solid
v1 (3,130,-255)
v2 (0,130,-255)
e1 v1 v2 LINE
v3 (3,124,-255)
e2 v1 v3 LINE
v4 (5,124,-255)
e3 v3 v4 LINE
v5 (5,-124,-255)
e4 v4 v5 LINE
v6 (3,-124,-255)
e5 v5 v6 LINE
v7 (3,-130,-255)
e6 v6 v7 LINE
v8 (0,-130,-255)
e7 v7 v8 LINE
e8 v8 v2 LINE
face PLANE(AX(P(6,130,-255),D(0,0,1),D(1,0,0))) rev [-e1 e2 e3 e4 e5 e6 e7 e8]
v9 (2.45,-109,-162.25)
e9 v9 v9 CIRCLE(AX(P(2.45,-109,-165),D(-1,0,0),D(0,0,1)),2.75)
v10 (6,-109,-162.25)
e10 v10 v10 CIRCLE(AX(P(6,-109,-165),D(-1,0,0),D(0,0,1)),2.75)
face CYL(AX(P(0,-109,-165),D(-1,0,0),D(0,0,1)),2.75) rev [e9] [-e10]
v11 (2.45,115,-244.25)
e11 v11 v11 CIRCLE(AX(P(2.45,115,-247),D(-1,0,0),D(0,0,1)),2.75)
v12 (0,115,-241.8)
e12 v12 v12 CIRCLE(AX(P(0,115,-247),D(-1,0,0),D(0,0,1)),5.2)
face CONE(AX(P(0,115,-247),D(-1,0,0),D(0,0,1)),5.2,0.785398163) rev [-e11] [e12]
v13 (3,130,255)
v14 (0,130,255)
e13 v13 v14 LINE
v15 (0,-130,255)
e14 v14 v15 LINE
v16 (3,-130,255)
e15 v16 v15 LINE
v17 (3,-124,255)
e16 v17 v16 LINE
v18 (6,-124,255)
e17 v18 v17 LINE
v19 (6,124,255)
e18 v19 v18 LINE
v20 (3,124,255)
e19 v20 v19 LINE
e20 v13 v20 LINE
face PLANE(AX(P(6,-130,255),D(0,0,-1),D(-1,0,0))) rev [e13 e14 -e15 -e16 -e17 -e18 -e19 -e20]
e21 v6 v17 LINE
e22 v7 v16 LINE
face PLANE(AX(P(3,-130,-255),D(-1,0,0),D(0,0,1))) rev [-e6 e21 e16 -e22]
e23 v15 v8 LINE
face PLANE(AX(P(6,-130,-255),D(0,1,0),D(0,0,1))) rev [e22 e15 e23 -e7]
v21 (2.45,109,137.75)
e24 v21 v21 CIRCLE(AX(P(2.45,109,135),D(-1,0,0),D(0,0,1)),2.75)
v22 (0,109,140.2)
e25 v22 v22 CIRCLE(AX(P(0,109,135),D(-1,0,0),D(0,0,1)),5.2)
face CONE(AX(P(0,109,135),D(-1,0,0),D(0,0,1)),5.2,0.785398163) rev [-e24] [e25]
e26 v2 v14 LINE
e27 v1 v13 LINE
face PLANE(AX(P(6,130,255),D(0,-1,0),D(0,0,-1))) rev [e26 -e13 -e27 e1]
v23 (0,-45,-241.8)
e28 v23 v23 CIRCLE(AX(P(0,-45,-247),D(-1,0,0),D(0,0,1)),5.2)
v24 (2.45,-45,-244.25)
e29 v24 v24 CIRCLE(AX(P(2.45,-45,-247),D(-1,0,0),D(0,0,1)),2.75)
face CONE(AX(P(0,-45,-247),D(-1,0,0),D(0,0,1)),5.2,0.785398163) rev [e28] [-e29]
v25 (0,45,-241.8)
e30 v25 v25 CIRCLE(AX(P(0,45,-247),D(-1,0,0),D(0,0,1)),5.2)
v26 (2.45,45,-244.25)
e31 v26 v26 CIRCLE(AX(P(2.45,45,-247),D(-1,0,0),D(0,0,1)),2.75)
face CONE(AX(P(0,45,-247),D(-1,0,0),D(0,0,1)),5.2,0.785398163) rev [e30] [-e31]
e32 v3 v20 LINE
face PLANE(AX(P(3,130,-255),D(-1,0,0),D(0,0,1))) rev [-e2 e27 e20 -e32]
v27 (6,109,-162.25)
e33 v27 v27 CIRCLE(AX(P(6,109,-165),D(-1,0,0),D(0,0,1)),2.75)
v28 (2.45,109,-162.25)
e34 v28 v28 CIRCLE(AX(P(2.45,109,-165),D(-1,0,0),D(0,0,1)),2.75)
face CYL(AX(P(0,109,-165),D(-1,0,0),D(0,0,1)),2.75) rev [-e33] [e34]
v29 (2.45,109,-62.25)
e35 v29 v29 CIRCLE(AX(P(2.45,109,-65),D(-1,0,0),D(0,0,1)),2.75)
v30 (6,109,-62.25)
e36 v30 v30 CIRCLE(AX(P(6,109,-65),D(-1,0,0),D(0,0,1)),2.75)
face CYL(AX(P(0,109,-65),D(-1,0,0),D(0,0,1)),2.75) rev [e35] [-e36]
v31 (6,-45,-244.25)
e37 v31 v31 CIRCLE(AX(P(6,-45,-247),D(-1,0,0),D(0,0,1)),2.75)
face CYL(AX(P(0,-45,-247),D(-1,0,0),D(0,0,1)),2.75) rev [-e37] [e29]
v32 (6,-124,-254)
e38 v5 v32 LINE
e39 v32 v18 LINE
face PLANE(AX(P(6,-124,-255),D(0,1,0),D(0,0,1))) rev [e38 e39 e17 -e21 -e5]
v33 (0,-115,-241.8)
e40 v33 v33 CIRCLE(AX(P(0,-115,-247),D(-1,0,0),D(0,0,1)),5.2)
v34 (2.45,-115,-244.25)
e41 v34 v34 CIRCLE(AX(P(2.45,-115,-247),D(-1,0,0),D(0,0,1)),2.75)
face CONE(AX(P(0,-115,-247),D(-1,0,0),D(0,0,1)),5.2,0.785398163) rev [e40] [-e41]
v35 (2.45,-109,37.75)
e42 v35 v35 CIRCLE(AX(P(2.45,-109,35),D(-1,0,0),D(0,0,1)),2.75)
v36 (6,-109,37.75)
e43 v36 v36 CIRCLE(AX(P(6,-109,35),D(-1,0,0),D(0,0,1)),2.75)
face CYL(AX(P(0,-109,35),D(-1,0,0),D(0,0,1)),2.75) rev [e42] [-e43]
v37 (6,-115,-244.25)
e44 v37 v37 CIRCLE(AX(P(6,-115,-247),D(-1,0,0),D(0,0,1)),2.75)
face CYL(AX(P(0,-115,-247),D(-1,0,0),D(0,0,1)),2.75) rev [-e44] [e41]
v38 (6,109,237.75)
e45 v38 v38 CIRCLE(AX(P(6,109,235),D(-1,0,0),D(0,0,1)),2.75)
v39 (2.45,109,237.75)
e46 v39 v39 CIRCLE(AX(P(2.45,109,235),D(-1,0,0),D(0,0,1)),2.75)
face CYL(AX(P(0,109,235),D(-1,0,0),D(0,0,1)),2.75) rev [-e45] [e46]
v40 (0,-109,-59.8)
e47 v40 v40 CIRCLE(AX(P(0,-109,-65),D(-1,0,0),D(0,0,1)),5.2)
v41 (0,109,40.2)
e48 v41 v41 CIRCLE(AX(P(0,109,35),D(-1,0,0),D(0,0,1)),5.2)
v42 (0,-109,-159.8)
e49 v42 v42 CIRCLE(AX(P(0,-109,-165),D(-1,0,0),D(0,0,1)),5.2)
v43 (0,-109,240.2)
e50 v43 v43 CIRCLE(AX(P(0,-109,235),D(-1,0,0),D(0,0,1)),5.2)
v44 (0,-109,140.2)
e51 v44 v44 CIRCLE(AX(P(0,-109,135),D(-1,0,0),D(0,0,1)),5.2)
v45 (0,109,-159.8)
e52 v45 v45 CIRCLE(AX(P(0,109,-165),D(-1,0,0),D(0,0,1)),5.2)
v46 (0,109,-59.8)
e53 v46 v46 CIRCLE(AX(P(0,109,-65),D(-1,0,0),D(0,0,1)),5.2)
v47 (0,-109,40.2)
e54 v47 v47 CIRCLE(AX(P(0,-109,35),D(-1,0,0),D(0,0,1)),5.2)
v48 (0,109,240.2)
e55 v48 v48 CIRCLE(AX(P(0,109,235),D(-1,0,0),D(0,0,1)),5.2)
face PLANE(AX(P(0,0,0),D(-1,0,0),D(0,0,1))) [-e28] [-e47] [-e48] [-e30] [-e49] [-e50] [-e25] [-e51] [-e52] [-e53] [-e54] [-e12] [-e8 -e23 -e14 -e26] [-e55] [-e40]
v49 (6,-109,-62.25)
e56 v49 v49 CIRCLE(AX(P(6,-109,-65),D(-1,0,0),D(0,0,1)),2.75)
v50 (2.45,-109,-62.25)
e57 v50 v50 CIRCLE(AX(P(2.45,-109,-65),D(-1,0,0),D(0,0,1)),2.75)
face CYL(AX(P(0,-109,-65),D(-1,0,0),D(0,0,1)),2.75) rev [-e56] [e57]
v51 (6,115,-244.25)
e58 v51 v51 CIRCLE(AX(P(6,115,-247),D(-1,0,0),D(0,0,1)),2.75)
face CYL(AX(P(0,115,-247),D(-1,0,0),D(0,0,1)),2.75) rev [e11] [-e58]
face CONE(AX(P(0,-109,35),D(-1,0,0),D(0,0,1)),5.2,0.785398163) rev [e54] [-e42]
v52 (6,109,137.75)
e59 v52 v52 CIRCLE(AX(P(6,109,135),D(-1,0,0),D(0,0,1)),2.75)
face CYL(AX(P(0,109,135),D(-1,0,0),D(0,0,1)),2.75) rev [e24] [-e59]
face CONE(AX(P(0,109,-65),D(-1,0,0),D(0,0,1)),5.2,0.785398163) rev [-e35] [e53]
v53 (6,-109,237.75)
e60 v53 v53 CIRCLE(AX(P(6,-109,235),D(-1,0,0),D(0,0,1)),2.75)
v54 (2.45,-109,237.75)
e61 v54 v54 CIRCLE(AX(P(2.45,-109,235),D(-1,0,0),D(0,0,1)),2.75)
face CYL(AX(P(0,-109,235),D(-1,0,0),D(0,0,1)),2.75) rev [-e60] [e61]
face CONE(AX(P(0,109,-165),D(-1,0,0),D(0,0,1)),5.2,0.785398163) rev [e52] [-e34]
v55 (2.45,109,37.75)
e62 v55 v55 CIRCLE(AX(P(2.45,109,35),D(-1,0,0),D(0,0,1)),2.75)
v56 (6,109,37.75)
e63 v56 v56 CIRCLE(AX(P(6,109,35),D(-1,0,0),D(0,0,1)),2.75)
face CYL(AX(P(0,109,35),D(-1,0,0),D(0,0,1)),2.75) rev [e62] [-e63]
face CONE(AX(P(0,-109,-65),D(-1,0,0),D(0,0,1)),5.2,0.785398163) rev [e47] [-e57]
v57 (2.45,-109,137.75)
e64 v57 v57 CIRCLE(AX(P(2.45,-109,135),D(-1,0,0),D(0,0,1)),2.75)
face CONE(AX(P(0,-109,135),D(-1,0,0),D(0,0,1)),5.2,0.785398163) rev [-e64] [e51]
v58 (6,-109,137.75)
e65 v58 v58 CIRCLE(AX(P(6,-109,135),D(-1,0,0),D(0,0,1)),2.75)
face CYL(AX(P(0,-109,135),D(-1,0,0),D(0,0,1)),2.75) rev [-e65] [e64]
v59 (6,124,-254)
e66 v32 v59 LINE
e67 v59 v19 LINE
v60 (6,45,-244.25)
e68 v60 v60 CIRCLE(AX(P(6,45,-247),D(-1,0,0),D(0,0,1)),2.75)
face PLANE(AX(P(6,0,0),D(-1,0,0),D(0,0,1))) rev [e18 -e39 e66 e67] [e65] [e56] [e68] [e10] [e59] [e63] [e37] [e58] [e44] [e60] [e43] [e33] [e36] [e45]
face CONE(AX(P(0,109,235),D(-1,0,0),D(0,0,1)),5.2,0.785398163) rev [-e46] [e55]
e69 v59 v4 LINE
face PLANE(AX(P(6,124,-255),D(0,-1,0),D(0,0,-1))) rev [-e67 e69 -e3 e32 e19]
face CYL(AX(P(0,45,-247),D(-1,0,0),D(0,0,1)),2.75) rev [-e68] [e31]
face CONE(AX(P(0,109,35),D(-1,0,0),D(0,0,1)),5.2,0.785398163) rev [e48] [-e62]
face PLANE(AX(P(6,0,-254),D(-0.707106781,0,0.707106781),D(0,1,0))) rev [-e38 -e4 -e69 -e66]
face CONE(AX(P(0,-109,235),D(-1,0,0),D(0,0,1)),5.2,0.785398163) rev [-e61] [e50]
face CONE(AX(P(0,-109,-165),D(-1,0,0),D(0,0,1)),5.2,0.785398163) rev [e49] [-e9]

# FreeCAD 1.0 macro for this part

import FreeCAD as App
import Part
import Sketcher


def edges_at(feature, points):
    """Names of the edges that pass closest to the given points."""
    edges = feature.Shape.Edges
    near = lambda p: min(range(len(edges)), key=lambda i: edges[i].distToShape(Part.Vertex(*p))[0])
    return sorted({f"Edge{near(p) + 1}" for p in points})

doc = App.newDocument("Part")
params = doc.addObject("Spreadsheet::Sheet", "Params")
for row, (alias, value) in enumerate([
    ("sketch1_width", "260 mm"),
    ("sketch1_height", "510 mm"),
    ("pad1_length", "6 mm"),
    ("sketch2_width", "3 mm"),
    ("sketch2_height", "6 mm"),
    ("sketch3_diameter", "5.5 mm"),
    ("hole_diameter", "5.5 mm"),
    ("hole_csink_diameter", "10.4 mm"),
    ("chamfer_size", "1 mm"),
    ("sketch4_diameter", "5.5 mm"),
    ("hole2_diameter", "5.5 mm"),
    ("hole2_csink_diameter", "10.4 mm"),
    ("linearpattern_pitch", "100 mm"),
    ("sketch5_diameter", "5.5 mm"),
    ("hole3_diameter", "5.5 mm"),
    ("hole3_csink_diameter", "10.4 mm"),
    ("sketch6_diameter", "5.5 mm"),
    ("hole4_diameter", "5.5 mm"),
    ("hole4_csink_diameter", "10.4 mm"),
    ("sketch7_diameter", "5.5 mm"),
    ("hole5_diameter", "5.5 mm"),
    ("hole5_csink_diameter", "10.4 mm"),
    ("sketch8_diameter", "5.5 mm"),
    ("hole6_diameter", "5.5 mm"),
    ("hole6_csink_diameter", "10.4 mm"),
], start=1):
    params.set(f"A{row}", alias)
    params.set(f"B{row}", "=" + value)
    params.setAlias(f"B{row}", alias)

body = doc.addObject("PartDesign::Body", "Body")

sketch1 = body.newObject("Sketcher::SketchObject", "Sketch")
sketch1.AttachmentSupport = (doc.getObject("YZ_Plane"), [""])
sketch1.MapMode = "FlatFace"
sketch1.addGeometry([
    Part.LineSegment(App.Vector(130, 255, 0), App.Vector(-130, 255, 0)),
    Part.LineSegment(App.Vector(-130, 255, 0), App.Vector(-130, -255, 0)),
    Part.LineSegment(App.Vector(-130, -255, 0), App.Vector(130, -255, 0)),
    Part.LineSegment(App.Vector(130, -255, 0), App.Vector(130, 255, 0)),
], False)
sketch1.addConstraint([
    Sketcher.Constraint("Coincident", 0, 2, 1, 1),
    Sketcher.Constraint("Coincident", 1, 2, 2, 1),
    Sketcher.Constraint("Coincident", 2, 2, 3, 1),
    Sketcher.Constraint("Coincident", 3, 2, 0, 1),
    Sketcher.Constraint("Horizontal", 0),
    Sketcher.Constraint("Vertical", 1),
    Sketcher.Constraint("Horizontal", 2),
    Sketcher.Constraint("Vertical", 3),
    Sketcher.Constraint("Symmetric", 0, 2, 2, 2, -1, 1),
    Sketcher.Constraint("DistanceX", 0, 2, 0, 1, 260.0),
    Sketcher.Constraint("DistanceY", 1, 2, 1, 1, 510.0),
])
sketch1.setExpression("Constraints[9]", "Params.sketch1_width")
sketch1.setExpression("Constraints[10]", "Params.sketch1_height")
pad1 = body.newObject("PartDesign::Pad", "Pad")
pad1.Profile = sketch1
pad1.setExpression("Length", "Params.pad1_length")

sketch2 = body.newObject("Sketcher::SketchObject", "Sketch001")
sketch2.AttachmentSupport = (doc.getObject("XY_Plane"), [""])
sketch2.MapMode = "FlatFace"
sketch2.AttachmentOffset = App.Placement(App.Vector(0, 0, 255), App.Rotation())
sketch2.addGeometry([
    Part.LineSegment(App.Vector(3, 130, 0), App.Vector(3, 124, 0)),
    Part.LineSegment(App.Vector(3, 124, 0), App.Vector(6, 124, 0)),
    Part.LineSegment(App.Vector(6, 124, 0), App.Vector(6, 130, 0)),
    Part.LineSegment(App.Vector(6, 130, 0), App.Vector(3, 130, 0)),
    Part.LineSegment(App.Vector(3, -124, 0), App.Vector(3, -130, 0)),
    Part.LineSegment(App.Vector(3, -130, 0), App.Vector(6, -130, 0)),
    Part.LineSegment(App.Vector(6, -130, 0), App.Vector(6, -124, 0)),
    Part.LineSegment(App.Vector(6, -124, 0), App.Vector(3, -124, 0)),
], False)
sketch2.addConstraint([
    Sketcher.Constraint("Coincident", 0, 2, 1, 1),
    Sketcher.Constraint("Coincident", 1, 2, 2, 1),
    Sketcher.Constraint("Coincident", 2, 2, 3, 1),
    Sketcher.Constraint("Coincident", 3, 2, 0, 1),
    Sketcher.Constraint("Coincident", 4, 2, 5, 1),
    Sketcher.Constraint("Coincident", 5, 2, 6, 1),
    Sketcher.Constraint("Coincident", 6, 2, 7, 1),
    Sketcher.Constraint("Coincident", 7, 2, 4, 1),
    Sketcher.Constraint("Vertical", 0),
    Sketcher.Constraint("Horizontal", 1),
    Sketcher.Constraint("Vertical", 2),
    Sketcher.Constraint("Horizontal", 3),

_INSTRUCTIONS FOR THE TASK_. Beginning with the opening line above, retype the records exactly through the line with "e12 v12 v12", both ends included.

_RESPONSE BELOW_.
solid
v1 (3,130,-255)
v2 (0,130,-255)
e1 v1 v2 LINE
v3 (3,124,-255)
e2 v1 v3 LINE
v4 (5,124,-255)
e3 v3 v4 LINE
v5 (5,-124,-255)
e4 v4 v5 LINE
v6 (3,-124,-255)
e5 v5 v6 LINE
v7 (3,-130,-255)
e6 v6 v7 LINE
v8 (0,-130,-255)
e7 v7 v8 LINE
e8 v8 v2 LINE
face PLANE(AX(P(6,130,-255),D(0,0,1),D(1,0,0))) rev [-e1 e2 e3 e4 e5 e6 e7 e8]
v9 (2.45,-109,-162.25)
e9 v9 v9 CIRCLE(AX(P(2.45,-109,-165),D(-1,0,0),D(0,0,1)),2.75)
v10 (6,-109,-162.25)
e10 v10 v10 CIRCLE(AX(P(6,-109,-165),D(-1,0,0),D(0,0,1)),2.75)
face CYL(AX(P(0,-109,-165),D(-1,0,0),D(0,0,1)),2.75) rev [e9] [-e10]
v11 (2.45,115,-244.25)
e11 v11 v11 CIRCLE(AX(P(2.45,115,-247),D(-1,0,0),D(0,0,1)),2.75)
v12 (0,115,-241.8)
e12 v12 v12 CIRCLE(AX(P(0,115,-247),D(-1,0,0),D(0,0,1)),5.2)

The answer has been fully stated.